The Federal Government established National Aboriginal Veterans Day on November 8, 1994 to honor the thousands of First Nation, Inuit and Metis veterans who were not recognized in Remembrance Day activities. It is now celebrated in many communities across Canada. Over 12, 000 Indigenous people are estimated to have volunteered in all three wars, including 7000 First Nations members and approximately 300 died during these conflicts. In 1995 the first wreaths to honour Indigenous Veterans were laid at the National War Monument.

First Nations were exempt from conscription because they were not considered citizens of Canada (they were also unable to vote), but many along with Metis, Inuit and non-Status Indians despite the challenges they faced, including traveling long distances from remote communities to enlist, learning a new language (English), and coping with racism against them. They did not have the right to obtain other benefits available to non-Aboriginal Veterans due to the Indian Act restrictions. First Nation Veterans also lost their Indian Status by volunteering, which impacted their families as they all lost status also.

Indigenous people were not allowed to join the Canadian Air Force until 1942 and the Canadian Navy until 1943, as you had to be of “pure European descent”. Both men and women enlisted, serving as soldiers, nurses and in other roles. Many served with distinction, winning medals for bravery in action.

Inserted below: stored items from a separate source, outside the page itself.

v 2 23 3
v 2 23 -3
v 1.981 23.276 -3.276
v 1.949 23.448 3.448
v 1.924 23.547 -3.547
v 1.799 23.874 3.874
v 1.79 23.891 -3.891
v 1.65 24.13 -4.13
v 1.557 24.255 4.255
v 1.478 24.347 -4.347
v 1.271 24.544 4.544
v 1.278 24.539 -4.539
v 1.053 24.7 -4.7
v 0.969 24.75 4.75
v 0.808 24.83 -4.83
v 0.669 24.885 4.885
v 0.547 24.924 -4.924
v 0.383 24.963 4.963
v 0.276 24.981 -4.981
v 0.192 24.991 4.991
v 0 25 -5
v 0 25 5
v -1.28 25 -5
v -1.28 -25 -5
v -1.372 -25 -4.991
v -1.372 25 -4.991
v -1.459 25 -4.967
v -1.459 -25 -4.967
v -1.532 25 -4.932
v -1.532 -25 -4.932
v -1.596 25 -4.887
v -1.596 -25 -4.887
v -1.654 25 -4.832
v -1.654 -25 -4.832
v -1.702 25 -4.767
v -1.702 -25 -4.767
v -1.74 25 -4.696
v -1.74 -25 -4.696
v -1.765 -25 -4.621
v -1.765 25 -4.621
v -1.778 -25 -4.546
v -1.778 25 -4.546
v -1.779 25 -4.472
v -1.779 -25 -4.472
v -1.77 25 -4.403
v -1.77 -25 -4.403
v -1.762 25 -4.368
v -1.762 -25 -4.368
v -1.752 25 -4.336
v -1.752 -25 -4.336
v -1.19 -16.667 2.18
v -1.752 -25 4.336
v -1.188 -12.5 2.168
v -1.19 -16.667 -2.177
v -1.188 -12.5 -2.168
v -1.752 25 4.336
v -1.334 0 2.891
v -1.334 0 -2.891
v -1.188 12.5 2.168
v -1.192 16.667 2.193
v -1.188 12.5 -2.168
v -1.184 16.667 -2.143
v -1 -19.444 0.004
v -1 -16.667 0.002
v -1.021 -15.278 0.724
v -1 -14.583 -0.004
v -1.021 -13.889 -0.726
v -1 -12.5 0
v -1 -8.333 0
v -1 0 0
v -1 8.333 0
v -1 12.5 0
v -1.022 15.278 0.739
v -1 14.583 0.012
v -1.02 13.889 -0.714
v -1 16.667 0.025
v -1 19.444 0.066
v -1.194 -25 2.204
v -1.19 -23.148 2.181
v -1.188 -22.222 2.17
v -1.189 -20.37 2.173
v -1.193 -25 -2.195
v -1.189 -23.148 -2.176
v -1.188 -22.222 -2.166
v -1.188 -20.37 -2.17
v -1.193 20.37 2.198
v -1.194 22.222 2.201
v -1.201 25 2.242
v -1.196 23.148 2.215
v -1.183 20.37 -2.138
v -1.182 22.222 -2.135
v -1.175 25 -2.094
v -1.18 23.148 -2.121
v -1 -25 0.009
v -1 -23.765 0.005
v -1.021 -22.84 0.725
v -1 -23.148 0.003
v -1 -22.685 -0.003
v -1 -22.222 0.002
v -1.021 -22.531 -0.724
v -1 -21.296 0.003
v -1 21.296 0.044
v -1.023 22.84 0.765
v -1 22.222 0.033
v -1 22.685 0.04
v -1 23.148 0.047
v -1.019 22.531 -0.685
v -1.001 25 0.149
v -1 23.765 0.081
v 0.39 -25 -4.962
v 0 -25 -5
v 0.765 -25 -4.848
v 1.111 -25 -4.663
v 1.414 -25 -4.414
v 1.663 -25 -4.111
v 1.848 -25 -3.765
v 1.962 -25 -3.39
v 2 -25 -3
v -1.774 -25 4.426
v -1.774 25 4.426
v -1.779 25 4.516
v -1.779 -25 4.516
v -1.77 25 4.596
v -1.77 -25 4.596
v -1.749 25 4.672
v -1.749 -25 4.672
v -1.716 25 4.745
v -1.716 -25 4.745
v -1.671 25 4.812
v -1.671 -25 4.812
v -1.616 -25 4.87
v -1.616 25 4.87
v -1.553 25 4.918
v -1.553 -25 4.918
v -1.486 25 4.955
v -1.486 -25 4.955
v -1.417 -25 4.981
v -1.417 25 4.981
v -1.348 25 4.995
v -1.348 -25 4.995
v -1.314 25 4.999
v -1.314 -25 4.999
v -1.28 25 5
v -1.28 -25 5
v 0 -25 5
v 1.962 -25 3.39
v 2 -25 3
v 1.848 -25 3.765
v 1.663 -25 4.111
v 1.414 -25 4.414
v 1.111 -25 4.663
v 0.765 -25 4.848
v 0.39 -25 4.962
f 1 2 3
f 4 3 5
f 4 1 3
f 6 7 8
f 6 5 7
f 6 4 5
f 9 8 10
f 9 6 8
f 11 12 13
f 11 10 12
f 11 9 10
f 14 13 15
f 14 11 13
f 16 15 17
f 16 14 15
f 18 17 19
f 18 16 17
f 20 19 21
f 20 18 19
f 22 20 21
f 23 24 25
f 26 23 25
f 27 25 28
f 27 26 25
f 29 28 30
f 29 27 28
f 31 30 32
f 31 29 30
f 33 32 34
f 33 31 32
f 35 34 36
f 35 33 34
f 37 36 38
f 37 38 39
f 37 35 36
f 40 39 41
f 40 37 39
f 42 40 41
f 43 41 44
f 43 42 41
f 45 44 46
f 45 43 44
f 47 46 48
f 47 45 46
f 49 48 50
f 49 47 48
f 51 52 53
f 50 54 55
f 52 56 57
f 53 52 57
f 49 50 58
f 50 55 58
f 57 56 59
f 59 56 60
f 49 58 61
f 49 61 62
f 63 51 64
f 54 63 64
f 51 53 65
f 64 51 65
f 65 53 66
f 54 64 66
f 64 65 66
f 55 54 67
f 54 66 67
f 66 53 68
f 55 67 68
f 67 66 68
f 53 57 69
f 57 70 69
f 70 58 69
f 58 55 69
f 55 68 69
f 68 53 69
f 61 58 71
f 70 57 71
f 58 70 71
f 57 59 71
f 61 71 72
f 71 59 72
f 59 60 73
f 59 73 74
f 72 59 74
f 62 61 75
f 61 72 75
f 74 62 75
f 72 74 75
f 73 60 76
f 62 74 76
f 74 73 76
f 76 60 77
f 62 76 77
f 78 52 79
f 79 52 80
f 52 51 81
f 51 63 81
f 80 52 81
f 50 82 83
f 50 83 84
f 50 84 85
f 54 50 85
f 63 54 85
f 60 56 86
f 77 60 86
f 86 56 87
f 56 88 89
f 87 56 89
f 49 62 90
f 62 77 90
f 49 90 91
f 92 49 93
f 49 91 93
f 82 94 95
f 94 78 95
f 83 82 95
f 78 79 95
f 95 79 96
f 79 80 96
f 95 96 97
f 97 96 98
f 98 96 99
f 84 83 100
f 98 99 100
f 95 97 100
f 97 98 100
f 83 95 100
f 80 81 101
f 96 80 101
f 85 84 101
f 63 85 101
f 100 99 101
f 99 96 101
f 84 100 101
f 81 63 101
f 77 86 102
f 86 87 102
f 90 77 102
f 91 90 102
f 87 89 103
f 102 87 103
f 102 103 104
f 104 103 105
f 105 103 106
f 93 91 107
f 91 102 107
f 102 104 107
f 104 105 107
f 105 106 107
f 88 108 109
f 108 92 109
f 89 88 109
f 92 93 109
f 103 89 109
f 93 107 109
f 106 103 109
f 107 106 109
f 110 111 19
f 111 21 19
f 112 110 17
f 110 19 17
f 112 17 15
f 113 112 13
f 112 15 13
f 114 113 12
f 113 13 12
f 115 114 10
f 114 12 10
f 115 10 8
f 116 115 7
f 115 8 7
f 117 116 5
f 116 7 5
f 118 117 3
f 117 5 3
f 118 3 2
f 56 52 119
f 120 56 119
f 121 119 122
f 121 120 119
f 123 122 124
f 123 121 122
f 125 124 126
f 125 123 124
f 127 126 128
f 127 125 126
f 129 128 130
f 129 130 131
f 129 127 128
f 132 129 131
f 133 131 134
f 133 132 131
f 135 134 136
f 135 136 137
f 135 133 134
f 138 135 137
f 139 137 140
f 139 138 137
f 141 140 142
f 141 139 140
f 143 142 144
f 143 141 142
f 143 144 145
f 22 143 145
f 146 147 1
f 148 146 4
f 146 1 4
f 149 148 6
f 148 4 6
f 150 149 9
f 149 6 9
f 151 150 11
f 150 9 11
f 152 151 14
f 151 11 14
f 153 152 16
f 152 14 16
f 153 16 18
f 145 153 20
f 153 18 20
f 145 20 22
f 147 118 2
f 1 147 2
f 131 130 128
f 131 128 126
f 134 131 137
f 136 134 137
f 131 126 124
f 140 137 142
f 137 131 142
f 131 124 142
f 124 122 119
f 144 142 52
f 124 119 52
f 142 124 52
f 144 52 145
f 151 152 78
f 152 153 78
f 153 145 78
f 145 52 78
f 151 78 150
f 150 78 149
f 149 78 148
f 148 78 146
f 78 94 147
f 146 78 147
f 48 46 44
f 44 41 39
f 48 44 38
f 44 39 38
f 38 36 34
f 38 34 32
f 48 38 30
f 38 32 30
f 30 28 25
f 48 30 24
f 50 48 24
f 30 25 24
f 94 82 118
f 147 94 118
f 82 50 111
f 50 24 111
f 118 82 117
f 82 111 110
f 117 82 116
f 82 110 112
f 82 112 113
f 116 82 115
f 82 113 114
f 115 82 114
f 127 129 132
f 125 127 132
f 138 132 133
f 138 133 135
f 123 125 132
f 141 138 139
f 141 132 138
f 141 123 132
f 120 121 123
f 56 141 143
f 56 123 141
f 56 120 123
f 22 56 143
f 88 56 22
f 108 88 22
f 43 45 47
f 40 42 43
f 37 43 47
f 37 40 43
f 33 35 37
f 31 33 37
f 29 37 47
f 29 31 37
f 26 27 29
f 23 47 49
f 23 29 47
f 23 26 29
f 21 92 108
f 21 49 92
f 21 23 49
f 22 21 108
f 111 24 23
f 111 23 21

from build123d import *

# Parameters (mm, degrees)
BOSS_EXTRUDE1_DEPTH      = 5
BOSS_EXTRUDE1_DEPTH_BACK = 5
SKETCH1_W                = 4
SKETCH1_H                = 50
CUT_EXTRUDE1_DEPTH       = 60
FILLET2_R                = 2
FILLET3_R                = 0.5


with BuildPart() as part:
    # Sketch1 → Boss-Extrude1 (new, two sides: drawn at the far end of the back side and taken through both)
    with BuildSketch(Plane.XY.offset(-BOSS_EXTRUDE1_DEPTH_BACK)):
        Rectangle(SKETCH1_W, SKETCH1_H)
    extrude(amount=BOSS_EXTRUDE1_DEPTH + BOSS_EXTRUDE1_DEPTH_BACK)

    # Sketch2 → Cut-Extrude1 (cut)
    with BuildSketch(Plane(origin=(0, 25, 0), x_dir=(1, 0, 0), z_dir=(0, 1, 0))):
        with BuildLine():
            Line((-2, 5), (-2, -5))
            add(Edge.make_bspline(
                [(-2, -5), (0, 0), (-2, 5)],
                knots=[0.5, 0.5, 0.5, 1.5, 1.5, 1.5], degree=2))
        make_face()
    extrude(amount=-CUT_EXTRUDE1_DEPTH, mode=Mode.SUBTRACT)

    # Fillet2
    fillet2_edges = [part.edges().sort_by_distance(p)[0] for p in [
        (2, 0, -5),
        (2, 25, 0),
        (2, 0, 5),
    ]]
    fillet(fillet2_edges, radius=FILLET2_R)

    # Fillet3
    fillet3_edges = [part.edges().sort_by_distance(p)[0] for p in [
        (-2, 0, -5),
        (-2, 0, 5),
    ]]
    fillet(fillet3_edges, radius=FILLET3_R)


solid = part.part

In 2003 First Nations Veterans and survivors were identified as eligible for up to $20 000 in compensation. In 2009 the Canadian Government finally recognized the service of Metis Veterans with a monument on Juno Beach in France. Then in 2019, 74 years after the end of the war, surviving Metis Veterans were given $20 000 in compensation for their services. Today Indigenous People continue to serve in Canada’s Armed Forces.